What is SHR? Synology Hybrid RAID Explained

SHR, or Synology Hybrid RAID, is a proprietary automated RAID management system built into Synology's DSM operating system that intelligently allocates storage across drives of different sizes. Something standard RAID configurations cannot do efficiently. It's one of the features that makes Synology NAS devices accessible to home users and small businesses who don't want to think deeply about storage architecture. Whether you're setting up a two-bay DS225+ or a five-bay DS1525+, SHR handles the complexity of RAID layout so you don't have to.

What Problem Does SHR Solve?

To understand why SHR exists, you need to understand the core limitation of standard RAID with mixed drives. In a traditional RAID 1 or RAID 5 setup, all drives are treated as if they're the same size. Specifically, the size of the smallest drive in the array.

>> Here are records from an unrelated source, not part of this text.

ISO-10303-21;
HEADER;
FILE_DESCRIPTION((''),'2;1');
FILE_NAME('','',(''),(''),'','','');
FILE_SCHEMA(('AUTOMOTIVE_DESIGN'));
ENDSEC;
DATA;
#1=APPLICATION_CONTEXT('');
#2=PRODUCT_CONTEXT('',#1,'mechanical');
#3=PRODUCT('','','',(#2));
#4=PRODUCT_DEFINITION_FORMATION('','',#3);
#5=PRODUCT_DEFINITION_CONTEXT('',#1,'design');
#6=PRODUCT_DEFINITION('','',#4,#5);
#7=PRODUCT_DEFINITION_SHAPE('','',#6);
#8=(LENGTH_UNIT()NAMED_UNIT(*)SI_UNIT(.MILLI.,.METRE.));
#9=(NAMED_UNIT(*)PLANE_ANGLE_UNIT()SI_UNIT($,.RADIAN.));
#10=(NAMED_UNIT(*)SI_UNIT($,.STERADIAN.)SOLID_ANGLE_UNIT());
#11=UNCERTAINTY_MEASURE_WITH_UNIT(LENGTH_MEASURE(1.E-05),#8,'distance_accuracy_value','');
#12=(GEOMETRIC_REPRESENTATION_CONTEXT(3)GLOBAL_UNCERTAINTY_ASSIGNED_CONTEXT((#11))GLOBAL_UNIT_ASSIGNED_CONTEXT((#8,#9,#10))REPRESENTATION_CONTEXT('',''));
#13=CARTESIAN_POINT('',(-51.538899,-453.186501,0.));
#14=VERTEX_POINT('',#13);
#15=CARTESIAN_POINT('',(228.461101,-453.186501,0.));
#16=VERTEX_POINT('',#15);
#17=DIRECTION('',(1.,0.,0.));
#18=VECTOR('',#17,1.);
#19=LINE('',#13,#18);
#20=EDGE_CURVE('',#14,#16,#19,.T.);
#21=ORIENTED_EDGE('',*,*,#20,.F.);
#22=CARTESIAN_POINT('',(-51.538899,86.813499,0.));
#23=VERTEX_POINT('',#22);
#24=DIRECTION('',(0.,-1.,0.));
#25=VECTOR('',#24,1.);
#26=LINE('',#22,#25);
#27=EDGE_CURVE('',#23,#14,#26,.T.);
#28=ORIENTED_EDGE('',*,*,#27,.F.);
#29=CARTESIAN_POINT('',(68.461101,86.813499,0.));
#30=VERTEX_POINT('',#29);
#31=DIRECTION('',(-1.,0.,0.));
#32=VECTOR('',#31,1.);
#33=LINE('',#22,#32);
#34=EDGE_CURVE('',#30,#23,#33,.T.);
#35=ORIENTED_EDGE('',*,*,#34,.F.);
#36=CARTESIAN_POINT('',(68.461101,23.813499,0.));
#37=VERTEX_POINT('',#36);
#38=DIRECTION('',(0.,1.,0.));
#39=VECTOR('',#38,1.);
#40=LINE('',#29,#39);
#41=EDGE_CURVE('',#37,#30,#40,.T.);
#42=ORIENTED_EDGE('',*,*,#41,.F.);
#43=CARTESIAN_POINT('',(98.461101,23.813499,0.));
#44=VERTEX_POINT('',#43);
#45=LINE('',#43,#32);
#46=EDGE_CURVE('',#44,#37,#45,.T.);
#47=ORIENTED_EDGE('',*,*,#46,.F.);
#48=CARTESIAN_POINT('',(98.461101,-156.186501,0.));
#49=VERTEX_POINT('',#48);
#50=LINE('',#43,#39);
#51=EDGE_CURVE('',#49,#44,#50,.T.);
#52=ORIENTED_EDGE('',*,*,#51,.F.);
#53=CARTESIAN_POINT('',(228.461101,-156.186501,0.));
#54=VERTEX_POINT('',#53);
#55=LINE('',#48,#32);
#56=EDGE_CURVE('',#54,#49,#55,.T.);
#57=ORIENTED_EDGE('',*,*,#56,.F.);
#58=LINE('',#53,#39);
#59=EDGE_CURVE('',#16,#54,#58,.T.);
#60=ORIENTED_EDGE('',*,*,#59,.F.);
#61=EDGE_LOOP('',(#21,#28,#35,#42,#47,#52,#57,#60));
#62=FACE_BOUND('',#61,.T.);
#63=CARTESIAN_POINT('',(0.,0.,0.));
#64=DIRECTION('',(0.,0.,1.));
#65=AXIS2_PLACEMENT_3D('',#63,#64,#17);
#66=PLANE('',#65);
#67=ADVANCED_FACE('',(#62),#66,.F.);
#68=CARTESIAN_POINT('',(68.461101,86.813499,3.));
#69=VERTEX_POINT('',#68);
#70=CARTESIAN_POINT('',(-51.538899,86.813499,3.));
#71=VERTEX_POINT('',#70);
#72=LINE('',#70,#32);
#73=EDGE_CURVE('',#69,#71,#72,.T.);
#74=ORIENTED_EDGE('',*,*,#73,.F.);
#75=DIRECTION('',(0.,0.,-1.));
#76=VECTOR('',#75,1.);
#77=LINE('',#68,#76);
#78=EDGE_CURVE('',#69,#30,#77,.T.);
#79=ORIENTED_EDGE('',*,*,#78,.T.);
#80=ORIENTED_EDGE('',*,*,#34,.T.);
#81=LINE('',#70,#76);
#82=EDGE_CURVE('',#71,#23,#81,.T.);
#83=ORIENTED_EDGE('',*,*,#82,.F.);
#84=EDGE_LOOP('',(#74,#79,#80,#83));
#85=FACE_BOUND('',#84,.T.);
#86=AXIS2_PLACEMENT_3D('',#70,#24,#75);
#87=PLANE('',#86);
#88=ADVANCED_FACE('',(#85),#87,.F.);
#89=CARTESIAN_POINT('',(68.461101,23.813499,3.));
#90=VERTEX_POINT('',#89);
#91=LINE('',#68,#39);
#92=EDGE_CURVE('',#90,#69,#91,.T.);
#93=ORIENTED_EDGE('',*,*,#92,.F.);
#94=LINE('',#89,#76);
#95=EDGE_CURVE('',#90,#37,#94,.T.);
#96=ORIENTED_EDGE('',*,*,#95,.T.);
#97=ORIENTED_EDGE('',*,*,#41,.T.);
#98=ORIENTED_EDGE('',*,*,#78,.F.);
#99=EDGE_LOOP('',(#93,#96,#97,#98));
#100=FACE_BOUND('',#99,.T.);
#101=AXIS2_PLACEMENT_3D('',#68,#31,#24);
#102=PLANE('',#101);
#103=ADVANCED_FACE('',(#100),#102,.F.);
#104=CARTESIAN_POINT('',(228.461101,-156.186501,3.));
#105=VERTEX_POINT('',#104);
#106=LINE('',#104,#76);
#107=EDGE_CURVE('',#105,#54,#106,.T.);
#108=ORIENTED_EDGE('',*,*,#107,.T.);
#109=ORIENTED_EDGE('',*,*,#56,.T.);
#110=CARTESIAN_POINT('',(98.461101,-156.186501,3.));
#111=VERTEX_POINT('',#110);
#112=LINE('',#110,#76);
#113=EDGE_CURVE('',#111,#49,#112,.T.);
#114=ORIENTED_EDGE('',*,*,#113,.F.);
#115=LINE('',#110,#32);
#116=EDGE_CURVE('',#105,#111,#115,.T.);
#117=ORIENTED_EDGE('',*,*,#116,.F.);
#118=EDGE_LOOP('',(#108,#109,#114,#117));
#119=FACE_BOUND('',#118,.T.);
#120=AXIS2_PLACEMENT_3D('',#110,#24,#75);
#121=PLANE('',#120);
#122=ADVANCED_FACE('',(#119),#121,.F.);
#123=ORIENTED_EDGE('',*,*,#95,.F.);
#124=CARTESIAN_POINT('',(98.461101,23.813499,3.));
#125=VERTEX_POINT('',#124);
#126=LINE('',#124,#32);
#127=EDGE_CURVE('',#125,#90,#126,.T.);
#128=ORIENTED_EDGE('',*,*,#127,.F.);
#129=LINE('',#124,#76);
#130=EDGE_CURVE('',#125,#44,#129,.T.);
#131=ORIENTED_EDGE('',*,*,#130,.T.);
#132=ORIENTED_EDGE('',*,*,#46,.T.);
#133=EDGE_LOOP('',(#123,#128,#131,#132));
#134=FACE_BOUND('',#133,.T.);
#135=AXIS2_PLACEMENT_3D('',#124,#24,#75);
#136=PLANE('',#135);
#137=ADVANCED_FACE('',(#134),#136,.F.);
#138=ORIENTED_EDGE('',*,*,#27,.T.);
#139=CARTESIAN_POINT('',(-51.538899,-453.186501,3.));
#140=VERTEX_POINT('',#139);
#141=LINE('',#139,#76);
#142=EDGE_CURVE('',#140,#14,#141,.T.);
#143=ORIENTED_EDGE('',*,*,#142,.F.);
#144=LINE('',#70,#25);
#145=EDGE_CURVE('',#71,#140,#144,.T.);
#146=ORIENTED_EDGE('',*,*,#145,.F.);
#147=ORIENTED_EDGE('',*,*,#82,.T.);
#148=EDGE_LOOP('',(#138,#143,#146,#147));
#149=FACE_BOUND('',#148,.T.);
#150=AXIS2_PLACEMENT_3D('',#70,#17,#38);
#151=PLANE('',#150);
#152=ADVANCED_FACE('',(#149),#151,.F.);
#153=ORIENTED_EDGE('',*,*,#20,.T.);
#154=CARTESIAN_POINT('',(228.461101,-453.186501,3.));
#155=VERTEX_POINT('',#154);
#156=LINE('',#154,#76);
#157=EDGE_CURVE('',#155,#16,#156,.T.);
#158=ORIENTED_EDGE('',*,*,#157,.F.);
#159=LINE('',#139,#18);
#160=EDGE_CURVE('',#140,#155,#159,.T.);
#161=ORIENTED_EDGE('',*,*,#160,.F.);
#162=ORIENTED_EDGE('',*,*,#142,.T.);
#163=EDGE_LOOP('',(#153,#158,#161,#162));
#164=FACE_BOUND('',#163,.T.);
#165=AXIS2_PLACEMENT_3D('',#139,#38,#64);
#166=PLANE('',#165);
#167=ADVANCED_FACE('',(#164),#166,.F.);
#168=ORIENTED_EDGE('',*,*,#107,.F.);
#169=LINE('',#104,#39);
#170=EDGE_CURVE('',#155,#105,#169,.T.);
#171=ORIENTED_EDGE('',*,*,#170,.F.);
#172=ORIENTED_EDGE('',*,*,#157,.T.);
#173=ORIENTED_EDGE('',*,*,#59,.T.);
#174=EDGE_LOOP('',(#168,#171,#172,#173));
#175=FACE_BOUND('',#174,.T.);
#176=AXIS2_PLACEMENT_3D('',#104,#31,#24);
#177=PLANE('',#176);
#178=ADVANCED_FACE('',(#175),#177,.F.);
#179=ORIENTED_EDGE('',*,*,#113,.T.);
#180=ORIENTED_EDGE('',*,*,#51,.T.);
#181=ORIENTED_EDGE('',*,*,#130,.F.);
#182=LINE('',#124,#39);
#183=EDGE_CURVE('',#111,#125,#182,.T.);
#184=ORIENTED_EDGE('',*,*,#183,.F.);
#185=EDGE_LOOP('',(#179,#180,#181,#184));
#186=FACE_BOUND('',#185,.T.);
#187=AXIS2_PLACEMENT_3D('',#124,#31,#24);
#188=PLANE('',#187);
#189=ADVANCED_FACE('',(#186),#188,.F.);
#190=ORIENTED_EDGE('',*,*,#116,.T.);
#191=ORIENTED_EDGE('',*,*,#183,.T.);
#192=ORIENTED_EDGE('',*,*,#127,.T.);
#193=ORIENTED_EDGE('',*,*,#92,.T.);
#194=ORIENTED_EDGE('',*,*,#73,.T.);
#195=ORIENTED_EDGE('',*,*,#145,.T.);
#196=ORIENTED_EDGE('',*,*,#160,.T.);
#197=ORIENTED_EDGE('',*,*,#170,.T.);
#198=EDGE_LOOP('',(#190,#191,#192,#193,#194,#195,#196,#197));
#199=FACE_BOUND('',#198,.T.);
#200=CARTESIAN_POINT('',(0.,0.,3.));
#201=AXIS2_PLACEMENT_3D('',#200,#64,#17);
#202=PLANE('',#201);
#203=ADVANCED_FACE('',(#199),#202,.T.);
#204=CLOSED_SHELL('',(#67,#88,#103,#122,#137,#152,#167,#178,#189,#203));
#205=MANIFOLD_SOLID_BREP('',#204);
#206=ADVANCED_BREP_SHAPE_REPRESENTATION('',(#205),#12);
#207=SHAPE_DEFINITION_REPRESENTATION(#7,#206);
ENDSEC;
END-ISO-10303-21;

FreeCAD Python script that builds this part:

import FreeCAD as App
import Part
import Sketcher

V = App.Vector


def add_polygon(sketch, points):
    """Adds a closed chain of lines whose ends are joined by coincident constraints."""
    first, n = sketch.GeometryCount, len(points)
    for a, b in zip(points, points[1:] + points[:1]):
        sketch.addGeometry(Part.LineSegment(App.Vector(*a, 0), App.Vector(*b, 0)), False)
    for i in range(n):
        sketch.addConstraint(Sketcher.Constraint("Coincident", first + i, 2, first + (i + 1) % n, 1))

doc = App.newDocument("Part")
body = doc.addObject("PartDesign::Body", "Body")

# Sketch on XY plane
sketch1 = doc.addObject("Sketcher::SketchObject", "Sketch")
body.addObject(sketch1)
sketch1.AttachmentSupport = (doc.XY_Plane, [""])
sketch1.MapMode = "FlatFace"
add_polygon(sketch1, [(228, -453), (228, -156), (98, -156), (98, 24), (68, 24), (68, 87), (-52, 87), (-52, -453)])  # lines 0-7
sketch1.addConstraint([
    Sketcher.Constraint("Vertical", 0),
    Sketcher.Constraint("Horizontal", 1),
    Sketcher.Constraint("Vertical", 2),
    Sketcher.Constraint("Horizontal", 3),
    Sketcher.Constraint("Vertical", 4),
    Sketcher.Constraint("Horizontal", 5),
    Sketcher.Constraint("Vertical", 6),
    Sketcher.Constraint("Horizontal", 7),
    Sketcher.Constraint("DistanceX", 1, 2, 1, 1, 130.0),
    Sketcher.Constraint("DistanceX", 3, 2, 3, 1, 30.0),
    Sketcher.Constraint("DistanceX", 5, 2, 5, 1, 120.0),
    Sketcher.Constraint("DistanceY", 0, 1, 0, 2, 297.0),
    Sketcher.Constraint("DistanceY", 2, 1, 2, 2, 180.0),
    Sketcher.Constraint("DistanceY", 4, 1, 4, 2, 63.0),
    Sketcher.Constraint("DistanceX", -1, 1, 0, 2, 228.461101),
    Sketcher.Constraint("DistanceY", 0, 2, -1, 1, 156.186501),
])
pad1 = doc.addObject("PartDesign::Pad", "Pad")
body.addObject(pad1)
pad1.Profile = sketch1
pad1.Length = 3

doc.recompute()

If you have three drives of 4TB, 6TB, and 8TB in a RAID 5 configuration, the system uses only 4TB from each drive. You lose 10TB of usable capacity from the larger drives entirely.

This is a real-world problem for NAS buyers who expand their storage over time. Most people don't replace all drives at once. They add a larger drive when an old one fills up, or they repurpose drives from an old system. Standard RAID punishes you for this by wasting capacity. SHR solves this by partitioning drives intelligently so that capacity from larger drives is used rather than abandoned.

How SHR Actually Works

Under the hood, SHR uses a Linux mdraid-based architecture combined with LVM (Logical Volume Manager) to manage how drive capacity is allocated. When you add drives of different sizes, SHR breaks each drive into partitions and groups matching-sized partitions into RAID 1 or RAID 5 sub-arrays. Remaining capacity on larger drives is then paired with partitions from other drives to form additional sub-arrays.

In plain terms: SHR treats each drive as a set of blocks and assembles those blocks into protected sub-volumes rather than requiring all drives to be uniform. DSM presents the entire resulting volume to you as a single unified storage pool, so you never need to think about the partitioning logic underneath. From your perspective, you have one pool of protected storage.

This architecture also means SHR storage pools can be expanded non-destructively. You can replace a drive with a larger one, wait for the array to rebuild, and repeat. Gradually increasing your total capacity without reinstalling DSM or losing your data.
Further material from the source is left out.